Except that on p35 they endorse these views from two of their contributors:
“Ali and Witham further their concern about the boundaries between Islamophobia and free speech by arguing that “there is no ‘good faith’ criticism of Islam”. Central in their argument is the concept of inseparability of race and religion, whereby an attack on the religion cannot be separated from an attack on the race because both concepts are constructs adopted “as a means of categorising colonial subjects”. As such, the recourse to the notion of free speech and a supposed right to criticise Islam results in nothing more than another subtle form of anti-Muslim racism, whereby the criticism humiliates, marginalises, and stigmatises Muslims. One, real life example of this concerns the issue of ‘grooming gangs’: “Participants reported being told that ‘Mohammed is a paedophile’, for instance. This comment does not,in a strictly grammatical sense, have the victim themselves as subject, but is rather an example of the ‘criticism of Islam’ as it is actually articulated and experienced. Yet, clearly, it is aimed at (and can achieve) harm to individual Muslims, and is not rooted in any meaningful theological debate but rather in a racist attempt to ‘other’ Muslims in general, associating them with the crime our society sees as most abhorrent of all.”
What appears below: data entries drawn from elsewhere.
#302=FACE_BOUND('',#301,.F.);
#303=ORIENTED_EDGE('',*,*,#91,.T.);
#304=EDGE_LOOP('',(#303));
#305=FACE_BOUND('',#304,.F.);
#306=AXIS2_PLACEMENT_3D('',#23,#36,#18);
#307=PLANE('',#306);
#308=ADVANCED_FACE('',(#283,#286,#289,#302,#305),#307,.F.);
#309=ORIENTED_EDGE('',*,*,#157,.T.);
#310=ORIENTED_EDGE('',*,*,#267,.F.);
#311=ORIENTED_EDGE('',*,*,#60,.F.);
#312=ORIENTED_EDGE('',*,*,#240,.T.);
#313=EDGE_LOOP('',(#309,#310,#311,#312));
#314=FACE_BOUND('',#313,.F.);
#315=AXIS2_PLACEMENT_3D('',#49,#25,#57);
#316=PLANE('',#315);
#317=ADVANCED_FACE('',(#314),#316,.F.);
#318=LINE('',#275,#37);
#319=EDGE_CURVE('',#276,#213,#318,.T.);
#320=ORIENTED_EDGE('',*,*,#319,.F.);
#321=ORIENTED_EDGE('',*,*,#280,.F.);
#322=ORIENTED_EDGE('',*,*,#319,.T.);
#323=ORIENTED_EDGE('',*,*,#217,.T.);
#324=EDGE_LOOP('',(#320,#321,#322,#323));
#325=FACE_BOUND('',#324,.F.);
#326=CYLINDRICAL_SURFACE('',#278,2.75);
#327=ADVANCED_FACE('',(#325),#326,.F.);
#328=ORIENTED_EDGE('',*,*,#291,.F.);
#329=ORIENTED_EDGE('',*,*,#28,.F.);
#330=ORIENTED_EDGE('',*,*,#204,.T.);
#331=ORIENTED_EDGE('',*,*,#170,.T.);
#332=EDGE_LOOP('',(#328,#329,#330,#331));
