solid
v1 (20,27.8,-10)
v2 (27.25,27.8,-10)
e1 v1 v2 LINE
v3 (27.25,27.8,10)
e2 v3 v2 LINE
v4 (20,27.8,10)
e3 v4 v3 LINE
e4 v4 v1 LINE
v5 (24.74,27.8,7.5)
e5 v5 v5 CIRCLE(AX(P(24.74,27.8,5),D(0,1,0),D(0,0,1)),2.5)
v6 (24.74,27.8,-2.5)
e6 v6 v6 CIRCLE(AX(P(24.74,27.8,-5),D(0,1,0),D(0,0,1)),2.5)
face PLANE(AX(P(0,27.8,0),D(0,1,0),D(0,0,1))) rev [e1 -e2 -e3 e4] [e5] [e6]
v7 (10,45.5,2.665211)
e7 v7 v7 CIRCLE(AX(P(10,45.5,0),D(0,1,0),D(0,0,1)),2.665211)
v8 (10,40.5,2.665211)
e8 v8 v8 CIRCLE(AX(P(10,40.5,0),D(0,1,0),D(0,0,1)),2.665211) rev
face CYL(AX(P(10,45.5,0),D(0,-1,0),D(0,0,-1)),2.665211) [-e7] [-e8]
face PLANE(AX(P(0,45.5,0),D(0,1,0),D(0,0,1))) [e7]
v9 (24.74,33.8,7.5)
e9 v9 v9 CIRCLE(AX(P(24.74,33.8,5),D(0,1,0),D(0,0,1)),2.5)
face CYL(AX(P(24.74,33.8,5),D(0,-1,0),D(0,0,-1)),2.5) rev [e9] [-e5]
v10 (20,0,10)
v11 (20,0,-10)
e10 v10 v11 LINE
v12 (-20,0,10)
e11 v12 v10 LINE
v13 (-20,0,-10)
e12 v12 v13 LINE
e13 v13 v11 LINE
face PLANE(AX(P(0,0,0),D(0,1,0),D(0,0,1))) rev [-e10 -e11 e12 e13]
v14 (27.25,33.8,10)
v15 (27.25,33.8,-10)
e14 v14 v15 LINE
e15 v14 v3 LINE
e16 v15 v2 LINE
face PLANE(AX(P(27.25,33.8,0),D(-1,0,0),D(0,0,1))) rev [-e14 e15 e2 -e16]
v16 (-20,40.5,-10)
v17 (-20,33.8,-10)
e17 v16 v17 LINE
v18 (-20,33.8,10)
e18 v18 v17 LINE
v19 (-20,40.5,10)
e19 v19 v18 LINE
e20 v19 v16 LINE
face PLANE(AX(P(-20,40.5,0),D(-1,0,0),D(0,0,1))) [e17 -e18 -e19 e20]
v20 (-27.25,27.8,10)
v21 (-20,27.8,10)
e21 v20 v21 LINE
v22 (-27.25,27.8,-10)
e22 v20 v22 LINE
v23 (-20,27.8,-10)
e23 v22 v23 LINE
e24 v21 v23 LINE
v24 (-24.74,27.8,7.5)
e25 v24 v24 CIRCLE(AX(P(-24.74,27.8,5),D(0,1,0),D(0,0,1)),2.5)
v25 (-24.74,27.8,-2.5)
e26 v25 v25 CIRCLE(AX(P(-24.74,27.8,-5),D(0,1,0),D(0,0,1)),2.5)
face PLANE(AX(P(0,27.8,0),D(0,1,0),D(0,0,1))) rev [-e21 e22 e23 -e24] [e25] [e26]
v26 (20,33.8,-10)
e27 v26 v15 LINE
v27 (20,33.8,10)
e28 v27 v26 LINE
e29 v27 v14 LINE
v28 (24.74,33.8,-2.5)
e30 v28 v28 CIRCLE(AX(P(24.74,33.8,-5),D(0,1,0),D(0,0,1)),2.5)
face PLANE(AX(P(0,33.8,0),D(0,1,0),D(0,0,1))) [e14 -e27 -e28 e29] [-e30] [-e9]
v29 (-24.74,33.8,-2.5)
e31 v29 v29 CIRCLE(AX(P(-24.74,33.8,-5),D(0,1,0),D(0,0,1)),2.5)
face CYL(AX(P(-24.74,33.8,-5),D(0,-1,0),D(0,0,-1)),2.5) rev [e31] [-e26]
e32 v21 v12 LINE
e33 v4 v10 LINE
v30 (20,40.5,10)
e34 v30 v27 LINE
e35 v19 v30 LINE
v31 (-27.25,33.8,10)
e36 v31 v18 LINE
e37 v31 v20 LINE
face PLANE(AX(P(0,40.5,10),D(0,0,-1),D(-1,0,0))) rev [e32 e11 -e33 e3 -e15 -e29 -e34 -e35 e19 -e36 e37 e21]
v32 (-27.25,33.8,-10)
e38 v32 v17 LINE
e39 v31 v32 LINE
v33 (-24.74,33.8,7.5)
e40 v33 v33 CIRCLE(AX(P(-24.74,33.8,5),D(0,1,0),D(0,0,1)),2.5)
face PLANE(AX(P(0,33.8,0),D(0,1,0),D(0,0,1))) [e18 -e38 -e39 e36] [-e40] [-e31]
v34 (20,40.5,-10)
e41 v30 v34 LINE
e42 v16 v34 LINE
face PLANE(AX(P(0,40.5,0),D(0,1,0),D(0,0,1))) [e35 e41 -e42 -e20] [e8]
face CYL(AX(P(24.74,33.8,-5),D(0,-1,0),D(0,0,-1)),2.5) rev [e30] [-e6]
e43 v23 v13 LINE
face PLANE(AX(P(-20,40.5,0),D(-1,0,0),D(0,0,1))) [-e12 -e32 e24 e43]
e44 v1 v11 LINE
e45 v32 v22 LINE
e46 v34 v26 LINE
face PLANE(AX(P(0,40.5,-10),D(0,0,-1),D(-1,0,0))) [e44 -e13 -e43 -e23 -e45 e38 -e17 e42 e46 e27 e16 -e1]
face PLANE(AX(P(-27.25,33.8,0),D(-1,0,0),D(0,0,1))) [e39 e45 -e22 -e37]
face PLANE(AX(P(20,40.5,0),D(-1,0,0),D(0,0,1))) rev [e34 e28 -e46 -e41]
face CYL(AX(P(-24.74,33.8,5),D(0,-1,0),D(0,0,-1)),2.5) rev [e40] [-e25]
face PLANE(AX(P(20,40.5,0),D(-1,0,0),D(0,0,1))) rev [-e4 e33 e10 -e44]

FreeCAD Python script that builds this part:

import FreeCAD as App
import Part
import Sketcher
Q = App.Units.Quantity


def add_polygon(sketch, points):
    """Adds a closed chain of lines whose ends are joined by coincident constraints."""
    first, n = sketch.GeometryCount, len(points)
    for a, b in zip(points, points[1:] + points[:1]):
        sketch.addGeometry(Part.LineSegment(App.Vector(*a, 0), App.Vector(*b, 0)), False)
    for i in range(n):
        sketch.addConstraint(Sketcher.Constraint("Coincident", first + i, 2, first + (i + 1) % n, 1))

doc = App.newDocument("Part")
body = doc.addObject("PartDesign::Body", "Body")

sketch1 = body.newObject("Sketcher::SketchObject", "Sketch")
sketch1.AttachmentSupport = (doc.getObject("XZ_Plane"), [""])
sketch1.MapMode = "FlatFace"
add_polygon(sketch1, [(-20, -10), (-20, 10), (20, 10), (20, -10)])
sketch1.addConstraint(Sketcher.Constraint("Vertical", 0))
sketch1.addConstraint(Sketcher.Constraint("Horizontal", 1))
sketch1.addConstraint(Sketcher.Constraint("Vertical", 2))
sketch1.addConstraint(Sketcher.Constraint("Horizontal", 3))
sketch1.addConstraint(Sketcher.Constraint("Symmetric", 0, 2, 2, 2, -1, 1))
sketch1.addConstraint(Sketcher.Constraint("DistanceX", 1, 1, 1, 2, Q("40 mm")))
sketch1.addConstraint(Sketcher.Constraint("DistanceY", 0, 1, 0, 2, Q("20 mm")))
pad1 = body.newObject("PartDesign::Pad", "Pad")
pad1.Profile = sketch1
pad1.Length = 40.5
pad1.Reversed = True

sketch2 = body.newObject("Sketcher::SketchObject", "Sketch001")
sketch2.AttachmentSupport = (doc.getObject("XZ_Plane"), [""])
sketch2.MapMode = "FlatFace"
sketch2.AttachmentOffset = App.Placement(App.Vector(0, 0, -27.8), App.Rotation())
add_polygon(sketch2, [(-27.25, -10), (-27.25, 10), (-20, 10), (-20, -10)])
sketch2.addGeometry(Part.Circle(App.Vector(-24.74, 5, 0), App.Vector(0, 0, 1), 2.5), False)
sketch2.addGeometry(Part.Circle(App.Vector(-24.74, -5, 0), App.Vector(0, 0, 1), 2.5), False)
add_polygon(sketch2, [(20, -10), (20, 10), (27.25, 10), (27.25, -10)])
sketch2.addGeometry(Part.Circle(App.Vector(24.74, 5, 0), App.Vector(0, 0, 1), 2.5), False)
sketch2.addGeometry(Part.Circle(App.Vector(24.74, -5, 0), App.Vector(0, 0, 1), 2.5), False)
sketch2.addConstraint(Sketcher.Constraint("Vertical", 0))
sketch2.addConstraint(Sketcher.Constraint("Horizontal", 1))
sketch2.addConstraint(Sketcher.Constraint("Vertical", 2))
sketch2.addConstraint(Sketcher.Constraint("Horizontal", 3))
sketch2.addConstraint(Sketcher.Constraint("Vertical", 6))
sketch2.addConstraint(Sketcher.Constraint("Horizontal", 7))
sketch2.addConstraint(Sketcher.Constraint("Vertical", 8))
sketch2.addConstraint(Sketcher.Constraint("Horizontal", 9))
sketch2.addConstraint(Sketcher.Constraint("Equal", 4, 5))
sketch2.addConstraint(Sketcher.Constraint("Equal", 5, 10))
sketch2.addConstraint(Sketcher.Constraint("Equal", 10, 11))
sketch2.addConstraint(Sketcher.Constraint("Symmetric", 5, 3, 10, 3, -1, 1))
sketch2.addConstraint(Sketcher.Constraint("Symmetric", 4, 3, 11, 3, -1, 1))
sketch2.addConstraint(Sketcher.Constraint("Symmetric", 2, 2, 6, 2, -1, 1))
sketch2.addConstraint(Sketcher.Constraint("Symmetric", 0, 2, 8, 2, -1, 1))
sketch2.addConstraint(Sketcher.Constraint("Symmetric", 4, 3, 10, 3, -2))
sketch2.addConstraint(Sketcher.Constraint("Horizontal", 1, 2, 6, 2))
sketch2.addConstraint(Sketcher.Constraint("Diameter", 4, Q("5 mm")))
sketch2.addConstraint(Sketcher.Constraint("DistanceY", 0, 1, 0, 2, Q("20 mm")))
sketch2.addConstraint(Sketcher.Constraint("DistanceY", -1, 1, 4, 3, Q("5 mm")))
sketch2.addConstraint(Sketcher.Constraint("DistanceX", 1, 2, -1, 1, Q("20 mm")))
sketch2.addConstraint(Sketcher.Constraint("DistanceX", 1, 1, 1, 2, Q("7.25 mm")))
sketch2.addConstraint(Sketcher.Constraint("DistanceX", 4, 3, -1, 1, Q("24.74 mm")))
pad2 = body.newObject("PartDesign::Pad", "Pad001")
pad2.Profile = sketch2
pad2.Length = 6
pad2.Reversed = True

sketch3 = body.newObject("Sketcher::SketchObject", "Sketch002")
sketch3.AttachmentSupport = (doc.getObject("XZ_Plane"), [""])
sketch3.MapMode = "FlatFace"
sketch3.addGeometry(Part.Circle(App.Vector(10, 0, 0), App.Vector(0, 0, 1), 2.665211), False)
sketch3.addConstraint(Sketcher.Constraint("PointOnObject", 0, 3, -1))
sketch3.addConstraint(Sketcher.Constraint("DistanceX", -1, 1, 0, 3, Q("10 mm")))
sketch3.addConstraint(Sketcher.Constraint("Diameter", 0, Q("5.330423 mm")))
pad3 = body.newObject("PartDesign::Pad", "Pad002")
pad3.Profile = sketch3
pad3.Length = 45.5
pad3.Reversed = True

doc.recompute()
and on p57 of the Conclusion they describe calling Mohammed a paedophile (along with several other arguably factual statements about Islam and Muslims) as a “symbol associated with classic Islamophobia”.
I maintain that the characters of both Allah and Mohammed are central to the theological debate about the truth or falsity of the religion of Islam. In my view Allah’s all too human character flaws make him an unlikely candidate for the position of Creator of the Universe. Likewise Mohammed’s rap sheet, including much more than paedophilia, is an indication of his untrustworthiness as the sole witness to the supposed Creator’s revelation.
But the APPG appear to regard making such claims as unavoidably directed at Muslims and therefore Islamophobic. I wonder what criticisms I can make of Islam that are not trumped by concern for the sensibilities of Muslims.
At best, the verdict on such criticisms will depend on the judgment of the individuals in authority armed with this definition. If it becomes officially accepted, and some councils have already accepted it, your fate, if you dare to express an opinion about Islam, will depend on the subjective interpretation of any social workers, teachers, policemen, employers etc you have dealings with.
At worst, despite the APPG’s protestations about free speech, we could find ourselves subject to official sanctions, and their enforcers, against any criticism of Islam. There is a word for such an arrangement…Sharia.